Why free GPL Speech Audio?

Speech Recognition Engines require two types of files to recognize speech. The first is an Acoustic Model, which is created by taking a very large number of audio recordings of speech and their transcriptions (called Speech Corpus or Corpora) and 'compiling' them into statistical representations of the sounds that make up each word. The second is a Language Model or Grammar file. A Language Model is a very large file containing the probabilities of certain sequences of words. A Grammar is a much smaller file containing sets of predefined combinations of words.

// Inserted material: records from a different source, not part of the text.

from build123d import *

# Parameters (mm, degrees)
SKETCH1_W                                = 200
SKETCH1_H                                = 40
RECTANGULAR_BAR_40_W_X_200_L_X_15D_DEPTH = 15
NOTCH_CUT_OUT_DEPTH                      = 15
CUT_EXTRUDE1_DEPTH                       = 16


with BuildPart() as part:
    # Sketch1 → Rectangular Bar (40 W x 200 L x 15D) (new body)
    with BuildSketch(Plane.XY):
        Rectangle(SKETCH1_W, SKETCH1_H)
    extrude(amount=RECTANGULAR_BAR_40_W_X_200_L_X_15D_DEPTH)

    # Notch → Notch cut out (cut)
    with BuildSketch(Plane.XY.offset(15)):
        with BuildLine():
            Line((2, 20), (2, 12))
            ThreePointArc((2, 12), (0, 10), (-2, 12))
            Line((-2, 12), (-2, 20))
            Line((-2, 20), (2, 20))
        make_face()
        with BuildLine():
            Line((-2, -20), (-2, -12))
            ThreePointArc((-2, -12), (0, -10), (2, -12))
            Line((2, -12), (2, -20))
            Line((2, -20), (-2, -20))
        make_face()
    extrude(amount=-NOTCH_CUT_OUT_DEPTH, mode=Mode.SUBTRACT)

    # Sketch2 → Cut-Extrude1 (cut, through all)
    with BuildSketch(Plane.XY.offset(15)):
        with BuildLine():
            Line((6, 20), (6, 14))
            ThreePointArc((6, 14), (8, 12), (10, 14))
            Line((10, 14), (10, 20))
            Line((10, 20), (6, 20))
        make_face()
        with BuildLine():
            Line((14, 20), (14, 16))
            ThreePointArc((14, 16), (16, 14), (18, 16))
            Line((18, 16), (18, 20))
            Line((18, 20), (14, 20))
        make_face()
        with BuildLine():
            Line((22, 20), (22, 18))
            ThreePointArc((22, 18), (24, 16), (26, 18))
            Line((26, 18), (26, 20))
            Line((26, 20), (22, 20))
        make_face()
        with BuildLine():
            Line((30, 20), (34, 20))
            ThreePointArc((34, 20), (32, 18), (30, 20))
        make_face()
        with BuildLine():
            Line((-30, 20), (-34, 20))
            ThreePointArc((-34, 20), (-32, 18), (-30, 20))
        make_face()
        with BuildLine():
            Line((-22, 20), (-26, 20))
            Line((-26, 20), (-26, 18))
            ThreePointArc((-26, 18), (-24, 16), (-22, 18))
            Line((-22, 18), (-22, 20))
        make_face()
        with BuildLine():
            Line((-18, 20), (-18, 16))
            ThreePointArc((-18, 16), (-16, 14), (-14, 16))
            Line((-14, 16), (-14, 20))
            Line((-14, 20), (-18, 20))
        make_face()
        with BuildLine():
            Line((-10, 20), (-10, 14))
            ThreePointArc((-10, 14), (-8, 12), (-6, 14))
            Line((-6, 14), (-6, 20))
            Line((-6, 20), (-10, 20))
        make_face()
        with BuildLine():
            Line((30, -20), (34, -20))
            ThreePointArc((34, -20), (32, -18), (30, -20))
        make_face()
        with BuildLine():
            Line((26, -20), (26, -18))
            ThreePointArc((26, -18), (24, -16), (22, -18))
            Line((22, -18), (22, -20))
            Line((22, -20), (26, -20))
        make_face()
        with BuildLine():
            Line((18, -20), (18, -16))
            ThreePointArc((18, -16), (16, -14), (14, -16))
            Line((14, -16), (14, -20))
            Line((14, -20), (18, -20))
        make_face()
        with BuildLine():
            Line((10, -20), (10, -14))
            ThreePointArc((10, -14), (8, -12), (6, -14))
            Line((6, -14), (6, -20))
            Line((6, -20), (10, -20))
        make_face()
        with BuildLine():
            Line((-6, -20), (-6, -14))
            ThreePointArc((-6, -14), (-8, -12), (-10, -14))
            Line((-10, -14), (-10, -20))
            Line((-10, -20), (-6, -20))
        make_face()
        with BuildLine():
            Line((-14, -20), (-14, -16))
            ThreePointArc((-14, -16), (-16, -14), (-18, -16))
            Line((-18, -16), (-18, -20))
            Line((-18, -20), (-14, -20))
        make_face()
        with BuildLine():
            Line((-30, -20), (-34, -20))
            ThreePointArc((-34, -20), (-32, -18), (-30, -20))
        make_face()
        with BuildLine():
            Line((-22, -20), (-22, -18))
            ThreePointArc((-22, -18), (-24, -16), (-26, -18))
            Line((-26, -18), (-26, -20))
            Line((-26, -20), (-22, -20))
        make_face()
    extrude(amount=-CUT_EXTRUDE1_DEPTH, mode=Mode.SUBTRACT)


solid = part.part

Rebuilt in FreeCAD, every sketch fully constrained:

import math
import FreeCAD as App
import Part
import Sketcher
from FreeCAD import Vector

doc = App.newDocument("Part")
body = doc.addObject("PartDesign::Body", "Body")

# Sketch on XY plane
sketch1 = body.newObject("Sketcher::SketchObject", "Sketch")
sketch1.AttachmentSupport = (doc.getObject("XY_Plane"), [""])
sketch1.MapMode = "FlatFace"
sketch1.addGeometry(Part.LineSegment(Vector(-100, 20, 0), Vector(-100, -20, 0)), False)
sketch1.addGeometry(Part.LineSegment(Vector(-100, -20, 0), Vector(100, -20, 0)), False)
sketch1.addGeometry(Part.LineSegment(Vector(100, -20, 0), Vector(100, 20, 0)), False)
sketch1.addGeometry(Part.LineSegment(Vector(100, 20, 0), Vector(-100, 20, 0)), False)
sketch1.addConstraint(Sketcher.Constraint("Coincident", 0, 2, 1, 1))
sketch1.addConstraint(Sketcher.Constraint("Coincident", 1, 2, 2, 1))
sketch1.addConstraint(Sketcher.Constraint("Coincident", 2, 2, 3, 1))
sketch1.addConstraint(Sketcher.Constraint("Coincident", 3, 2, 0, 1))
sketch1.addConstraint(Sketcher.Constraint("Vertical", 0))
sketch1.addConstraint(Sketcher.Constraint("Horizontal", 1))
sketch1.addConstraint(Sketcher.Constraint("Vertical", 2))
sketch1.addConstraint(Sketcher.Constraint("Horizontal", 3))
sketch1.addConstraint(Sketcher.Constraint("Symmetric", 0, 2, 2, 2, -1, 1))
sketch1.addConstraint(Sketcher.Constraint("DistanceX", 1, 1, 1, 2, 200.0))
sketch1.addConstraint(Sketcher.Constraint("DistanceY", 0, 2, 0, 1, 40.0))
pad1 = body.newObject("PartDesign::Pad", "Pad")
pad1.Profile = sketch1
pad1.Length = 15

# Sketch on XY plane
sketch2 = body.newObject("Sketcher::SketchObject", "Sketch001")
sketch2.AttachmentSupport = (doc.getObject("XY_Plane"), [""])
sketch2.MapMode = "FlatFace"
sketch2.AttachmentOffset = App.Placement(Vector(0, 0, 15), App.Rotation())
sketch2.addGeometry(Part.LineSegment(Vector(2, 12, 0), Vector(2, 20, 0)), False)
sketch2.addGeometry(Part.LineSegment(Vector(2, 20, 0), Vector(-2, 20, 0)), False)
sketch2.addGeometry(Part.LineSegment(Vector(-2, 20, 0), Vector(-2, 12, 0)), False)
sketch2.addGeometry(Part.ArcOfCircle(Part.Circle(Vector(0, 12, 0), Vector(0, 0, 1), 2), math.radians(180), math.radians(360)), False)
sketch2.addGeometry(Part.LineSegment(Vector(-2, -12, 0), Vector(-2, -20, 0)), False)
sketch2.addGeometry(Part.LineSegment(Vector(-2, -20, 0), Vector(2, -20, 0)), False)
sketch2.addGeometry(Part.LineSegment(Vector(2, -20, 0), Vector(2, -12, 0)), False)
sketch2.addGeometry(Part.ArcOfCircle(Part.Circle(Vector(0, -12, 0), Vector(0, 0, 1), 2), math.radians(0), math.radians(180)), False)
sketch2.addConstraint(Sketcher.Constraint("Coincident", 0, 2, 1, 1))
sketch2.addConstraint(Sketcher.Constraint("Coincident", 1, 2, 2, 1))
sketch2.addConstraint(Sketcher.Constraint("Tangent", 2, 2, 3, 1))
sketch2.addConstraint(Sketcher.Constraint("Tangent", 3, 2, 0, 1))
sketch2.addConstraint(Sketcher.Constraint("Coincident", 4, 2, 5, 1))
sketch2.addConstraint(Sketcher.Constraint("Coincident", 5, 2, 6, 1))
sketch2.addConstraint(Sketcher.Constraint("Tangent", 6, 2, 7, 1))
sketch2.addConstraint(Sketcher.Constraint("Tangent", 7, 2, 4, 1))
sketch2.addConstraint(Sketcher.Constraint("Vertical", 0))
sketch2.addConstraint(Sketcher.Constraint("Horizontal", 1))
sketch2.addConstraint(Sketcher.Constraint("Vertical", 2))
sketch2.addConstraint(Sketcher.Constraint("Vertical", 4))
sketch2.addConstraint(Sketcher.Constraint("Horizontal", 5))
sketch2.addConstraint(Sketcher.Constraint("Vertical", 6))
sketch2.addConstraint(Sketcher.Constraint("Equal", 3, 7))
sketch2.addConstraint(Sketcher.Constraint("Symmetric", 3, 3, 7, 3, -1, 1))
sketch2.addConstraint(Sketcher.Constraint("Symmetric", 1, 2, 4, 2, -1))
sketch2.addConstraint(Sketcher.Constraint("Radius", 3, 2.0))
sketch2.addConstraint(Sketcher.Constraint("DistanceY", 0, 1, 0, 2, 8.0))
sketch2.addConstraint(Sketcher.Constraint("DistanceY", -1, 1, 3, 3, 12.0))
pocket1 = body.newObject("PartDesign::Pocket", "Pocket")
pocket1.Profile = sketch2
pocket1.Length = 15

# Sketch on XY plane
sketch3 = body.newObject("Sketcher::SketchObject", "Sketch002")
sketch3.AttachmentSupport = (doc.getObject("XY_Plane"), [""])
sketch3.MapMode = "FlatFace"
sketch3.AttachmentOffset = App.Placement(Vector(0, 0, 15), App.Rotation())
sketch3.addGeometry(Part.LineSegment(Vector(6, 20, 0), Vector(6, 14, 0)), False)
sketch3.addGeometry(Part.ArcOfCircle(Part.Circle(Vector(8, 14, 0), Vector(0, 0, 1), 2), math.radians(180), math.radians(360)), False)
sketch3.addGeometry(Part.LineSegment(Vector(10, 14, 0), Vector(10, 20, 0)), False)
sketch3.addGeometry(Part.LineSegment(Vector(10, 20, 0), Vector(6, 20, 0)), False)
sketch3.addGeometry(Part.LineSegment(Vector(14, 20, 0), Vector(14, 16, 0)), False)
sketch3.addGeometry(Part.ArcOfCircle(Part.Circle(Vector(16, 16, 0), Vector(0, 0, 1), 2), math.radians(180), math.radians(360)), False)
sketch3.addGeometry(Part.LineSegment(Vector(18, 16, 0), Vector(18, 20, 0)), False)
sketch3.addGeometry(Part.LineSegment(Vector(18, 20, 0), Vector(14, 20, 0)), False)
sketch3.addGeometry(Part.LineSegment(Vector(22, 20, 0), Vector(22, 18, 0)), False)
sketch3.addGeometry(Part.ArcOfCircle(Part.Circle(Vector(24, 18, 0), Vector(0, 0, 1), 2), math.radians(180), math.radians(360)), False)
sketch3.addGeometry(Part.LineSegment(Vector(26, 18, 0), Vector(26, 20, 0)), False)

Most Acoustic Models used by 'Open Source' Speech Recognition engines are 'closed source'. They do not give you access to the speech audio (the 'source') used to create the acoustic model, or if they do, there are licensing restrictions on the distribution of the 'source' (i.e. you can only use it for personal or research purposes). The reason for this is because there is no free Speech Corpora in a form that can readily be used to create Acoustic Models for Speech Recognition Engines. Open Source projects are required to purchase Speech Copora which has restrictive licensing — i.e. they are not permitted to distribute the 'source' speech audio, but they are permitted them to distributed the 'compiled' Acoustic Model.

Why GPL?

A GPL-style license will ensure that user contributions will always benefit the open source community, since it requires any distribution of derivative Acoustic Models to include access to the 'source' speech audio.

9 of 121 comments (clear)

Min score:

Reason:

Sort:

Anythings gotta be better than by LiquidCoooled · 2006-10-10 08:19 · Score: 5, Funny

Dear Aunt, let's set so double the killer delete select all.

--
liqbase :: faster than paper
It's about time by jesuscyborg · 2006-10-10 08:21 · Score: 5, Informative

Improving open source speech rec and tts will be a HUGE improvement in the grand scheme of progress as far as human-computer interaction is concerned. The main reason is because Nuance has a near monopoly in this market and they charge INSANE licensing fees to do anything with their technology. Whenever closed-source competition comes along, they just buy them out. Heck, their sales people even talk down to you on the phone because they know they're the only game in town.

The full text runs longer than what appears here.